Nossa conversa com Antonio Candido também foi iluminadora:
transcorreu com leveza, inteligência e generosidade. Quando lhe perguntamos
sobre a revista Clima, que ele e Paulo Emílio Salles Gomes editaram na década
de 1940, ele nos contou uma história e tanto. Foi nessa resposta que ele falou
sobre o cesarismo. Eu nunca mais esqueci. Eis o que ele disse:
“No começo ( a revista) era deliberadamente apolítica, tendo
inclusive colaboradores integralistas. A virada foi em 1942, quando o Brasil
entrou na guerra. Nós assinamos um manifesto redigido por Paulo Emílio
assinalando a nossa posição antifascista e dizendo que agora tinha acabado a
isenção e começava a luta, atacando inclusive os integralistas. Alguns dos
nossos colaboradores deste naipe brigaram conosco. O nosso manifesto causou
certo barulho e foi comentado, entre outros, por Astrojildo Pereira, que assinalou
o seu caráter puramente negativo. Então resolvemos tentar uma definição
positiva, que foi obra de Paulo Emílio, sob a forma de um ‘Comentário’
publicado no número 12, já em 1942. Este documento ainda tem interesse, e para
mim foi o fixador de ideias, o definidor da posição política. Foi certamente
ele que me levou a não ficar nem stalinista nem trotskista, mas aceitar a
posição preconizada por Paulo, de um socialismo democrático desinteressado das
Internacionais, procurando soluções adequadas ao País, empenhado na luta contra
o fascismo, porque esta era a manifestação contemporânea do cesarismo oposto à
tradição humanista, que provinha do cristianismo por meio das revoluções dos
séculos XVIII, XIX e XX. (...) Este documento foi decisivo para mim e outros. A
partir dele entrei para valer na militância.”
Antonio Candido virou militante para combater o fascismo.
Bom motivo. Foi ele quem primeiro me ensinou sobre cesarismo: um tipo de
arbítrio que é o oposto da “tradição humanista, que provinha do cristianismo”.
Há quem diga que o cesarismo constitua um autoritarismo estatal, mas essa
conceituação é falha, pois perde de vista a chaga escura que Paulo Emílio
denunciou. O César romano (de onde descendem as palavras “Kaiser” e “Czar”)
exercia seu mando em permanente prontidão guerreira, como um chefe de gangue. O
cesarismo, portanto, não se tece por meio do Estado, mas por cima do Estado e
contra a institucionalidade de um Estado não selvagem. O cesarismo é o
“desmonte da burocracia qualificada” (cito Dorrit outra vez), aquela mesma
burocracia na qual Max Weber identificou um ponto positivo do Estado moderno. O
cesarismo funda a genealogia do fascismo e do trumpismo.
Agora, Donald Trump anunciou que vai intervir em Gaza. Em
outra frente, já começou a mandar imigrantes deportados para as masmorras de
Guantánamo, onde já se documentaram sessões de tortura. Guantánamo será a
versão trumpista dos campos de concentração.
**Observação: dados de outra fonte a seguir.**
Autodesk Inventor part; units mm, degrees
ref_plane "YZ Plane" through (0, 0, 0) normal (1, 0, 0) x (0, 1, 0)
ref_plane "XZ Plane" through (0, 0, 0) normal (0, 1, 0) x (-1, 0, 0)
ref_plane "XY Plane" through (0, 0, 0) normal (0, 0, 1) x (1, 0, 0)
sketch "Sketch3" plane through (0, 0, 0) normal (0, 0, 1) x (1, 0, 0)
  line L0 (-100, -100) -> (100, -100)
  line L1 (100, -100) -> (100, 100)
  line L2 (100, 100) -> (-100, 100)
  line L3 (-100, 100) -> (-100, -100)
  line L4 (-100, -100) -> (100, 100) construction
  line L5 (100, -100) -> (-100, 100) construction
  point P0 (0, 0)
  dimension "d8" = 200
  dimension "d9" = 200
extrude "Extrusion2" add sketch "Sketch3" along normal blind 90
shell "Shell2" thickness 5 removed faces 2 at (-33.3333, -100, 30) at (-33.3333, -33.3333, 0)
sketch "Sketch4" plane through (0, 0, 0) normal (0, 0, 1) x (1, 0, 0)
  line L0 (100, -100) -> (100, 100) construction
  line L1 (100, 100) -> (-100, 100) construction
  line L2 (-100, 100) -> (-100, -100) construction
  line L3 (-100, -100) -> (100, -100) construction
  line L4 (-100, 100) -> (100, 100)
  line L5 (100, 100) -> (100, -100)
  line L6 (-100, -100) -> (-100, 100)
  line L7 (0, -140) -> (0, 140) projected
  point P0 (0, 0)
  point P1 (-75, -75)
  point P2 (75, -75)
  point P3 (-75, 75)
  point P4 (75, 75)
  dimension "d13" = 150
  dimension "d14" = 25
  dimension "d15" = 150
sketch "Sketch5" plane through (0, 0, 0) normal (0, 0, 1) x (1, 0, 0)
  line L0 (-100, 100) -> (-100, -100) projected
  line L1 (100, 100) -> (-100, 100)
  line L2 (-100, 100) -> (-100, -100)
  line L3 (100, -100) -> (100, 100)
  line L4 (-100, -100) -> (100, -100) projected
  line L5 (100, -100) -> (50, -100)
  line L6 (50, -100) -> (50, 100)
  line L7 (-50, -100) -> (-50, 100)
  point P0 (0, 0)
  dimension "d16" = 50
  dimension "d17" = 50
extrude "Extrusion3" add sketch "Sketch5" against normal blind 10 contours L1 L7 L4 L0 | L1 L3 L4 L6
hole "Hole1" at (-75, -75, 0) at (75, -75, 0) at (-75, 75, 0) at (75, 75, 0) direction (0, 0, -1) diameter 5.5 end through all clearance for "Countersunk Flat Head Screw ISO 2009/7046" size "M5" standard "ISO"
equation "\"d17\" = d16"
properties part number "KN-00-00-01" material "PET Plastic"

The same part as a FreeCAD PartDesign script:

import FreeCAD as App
import Part
import Sketcher
Q = App.Units.Quantity


def faces_at(feature, points):
    """Names of the faces that lie closest to the given points."""
    faces = feature.Shape.Faces
    near = lambda p: min(range(len(faces)), key=lambda i: faces[i].distToShape(Part.Vertex(*p))[0])
    return sorted({f"Face{near(p) + 1}" for p in points})


def add_polygon(sketch, points):
    """Adds a closed chain of lines whose ends are joined by coincident constraints."""
    first, n = sketch.GeometryCount, len(points)
    for a, b in zip(points, points[1:] + points[:1]):
        sketch.addGeometry(Part.LineSegment(App.Vector(*a, 0), App.Vector(*b, 0)), False)
    for i in range(n):
        sketch.addConstraint(Sketcher.Constraint("Coincident", first + i, 2, first + (i + 1) % n, 1))

doc = App.newDocument("Part")
body = doc.addObject("PartDesign::Body", "Body")

# Sketch on XY plane
sketch1 = body.newObject("Sketcher::SketchObject", "Sketch")
sketch1.AttachmentSupport = (doc.getObject("XY_Plane"), [""])
sketch1.MapMode = "FlatFace"
add_polygon(sketch1, [(-100, 100), (-100, -100), (100, -100), (100, 100)])  # lines 0-3
sketch1.addConstraint(Sketcher.Constraint("Vertical", 0))
sketch1.addConstraint(Sketcher.Constraint("Horizontal", 1))
sketch1.addConstraint(Sketcher.Constraint("Vertical", 2))
sketch1.addConstraint(Sketcher.Constraint("Horizontal", 3))
sketch1.addConstraint(Sketcher.Constraint("Symmetric", 0, 2, 2, 2, -1, 1))
sketch1.addConstraint(Sketcher.Constraint("Equal", 3, 0))
sketch1.addConstraint(Sketcher.Constraint("DistanceX", 1, 1, 1, 2, Q("200 mm")))
pad1 = body.newObject("PartDesign::Pad", "Pad")
pad1.Profile = sketch1
pad1.Length = 90
doc.recompute()

thickness = body.newObject("PartDesign::Thickness", "Thickness")
thickness.Base = (pad1, faces_at(pad1, [(-33.333, -100, 30), (-33.333, -33.333, 0)]))
thickness.Value = 5
thickness.Reversed = True
thickness.Join = "Intersection"

# Sketch on XY plane
sketch2 = body.newObject("Sketcher::SketchObject", "Sketch001")
sketch2.AttachmentSupport = (doc.getObject("XY_Plane"), [""])
sketch2.MapMode = "FlatFace"
add_polygon(sketch2, [(-50, 100), (-100, 100), (-100, -100), (-50, -100)])  # lines 0-3
add_polygon(sketch2, [(100, 100), (50, 100), (50, -100), (100, -100)])  # lines 4-7
sketch2.addConstraint(Sketcher.Constraint("Horizontal", 0))
sketch2.addConstraint(Sketcher.Constraint("Vertical", 1))
sketch2.addConstraint(Sketcher.Constraint("Horizontal", 2))
sketch2.addConstraint(Sketcher.Constraint("Vertical", 3))
sketch2.addConstraint(Sketcher.Constraint("Horizontal", 4))
sketch2.addConstraint(Sketcher.Constraint("Vertical", 5))
sketch2.addConstraint(Sketcher.Constraint("Horizontal", 6))
sketch2.addConstraint(Sketcher.Constraint("Vertical", 7))
sketch2.addConstraint(Sketcher.Constraint("Symmetric", 2, 2, 4, 2, -1, 1))
sketch2.addConstraint(Sketcher.Constraint("Symmetric", 0, 2, 6, 2, -1, 1))
sketch2.addConstraint(Sketcher.Constraint("Horizontal", 3, 2, 4, 2))
sketch2.addConstraint(Sketcher.Constraint("DistanceX", 0, 2, 0, 1, Q("50 mm")))
sketch2.addConstraint(Sketcher.Constraint("DistanceX", 2, 2, -1, 1, Q("50 mm")))
sketch2.addConstraint(Sketcher.Constraint("DistanceY", 1, 2, 1, 1, Q("200 mm")))
pad2 = body.newObject("PartDesign::Pad", "Pad001")
pad2.Profile = sketch2
pad2.Length = 10
pad2.Reversed = True

# Sketch on XY plane
sketch3 = body.newObject("Sketcher::SketchObject", "Sketch002")
sketch3.AttachmentSupport = (doc.getObject("XY_Plane"), [""])
sketch3.MapMode = "FlatFace"
sketch3.addGeometry(Part.Circle(App.Vector(-75, -75, 0), App.Vector(0, 0, 1), 2.75), False)
sketch3.addGeometry(Part.Circle(App.Vector(75, -75, 0), App.Vector(0, 0, 1), 2.75), False)
sketch3.addGeometry(Part.Circle(App.Vector(-75, 75, 0), App.Vector(0, 0, 1), 2.75), False)
sketch3.addGeometry(Part.Circle(App.Vector(75, 75, 0), App.Vector(0, 0, 1), 2.75), False)
sketch3.addConstraint(Sketcher.Constraint("Equal", 0, 1))
sketch3.addConstraint(Sketcher.Constraint("Equal", 1, 2))
sketch3.addConstraint(Sketcher.Constraint("Equal", 2, 3))
sketch3.addConstraint(Sketcher.Constraint("Symmetric", 1, 3, 2, 3, -1, 1))
sketch3.addConstraint(Sketcher.Constraint("Symmetric", 0, 3, 3, 3, -1, 1))
sketch3.addConstraint(Sketcher.Constraint("Symmetric", 0, 3, 1, 3, -2))
sketch3.addConstraint(Sketcher.Constraint("Diameter", 0, Q("5.5 mm")))
sketch3.addConstraint(Sketcher.Constraint("DistanceX", 0, 3, -1, 1, Q("75 mm")))
sketch3.addConstraint(Sketcher.Constraint("DistanceY", 0, 3, -1, 1, Q("75 mm")))
doc.recompute()
hole = body.newObject("PartDesign::Hole", "Hole")
hole.Profile = sketch3
hole.ThreadType = "None"
hole.Diameter = 5.5
hole.DepthType = "ThroughAll"

doc.recompute()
O que ele quer com tudo isso? Desorientar os aliados? Sim,
mas não só. Quer atemorizar a comunidade internacional? Também. E para quê?
Ora, para dizer que nada mais será limite para os abusos que inventar. Ele quer
ser não apenas o rei da América, mas o seu César. Reduzirá a América a um nome
de golfo. Isolado. Incrível como ainda existe gente que olha com naturalidade (
fake) para investidas tão acintosas.
Viva Eder Sader. Viva Antonio Candido.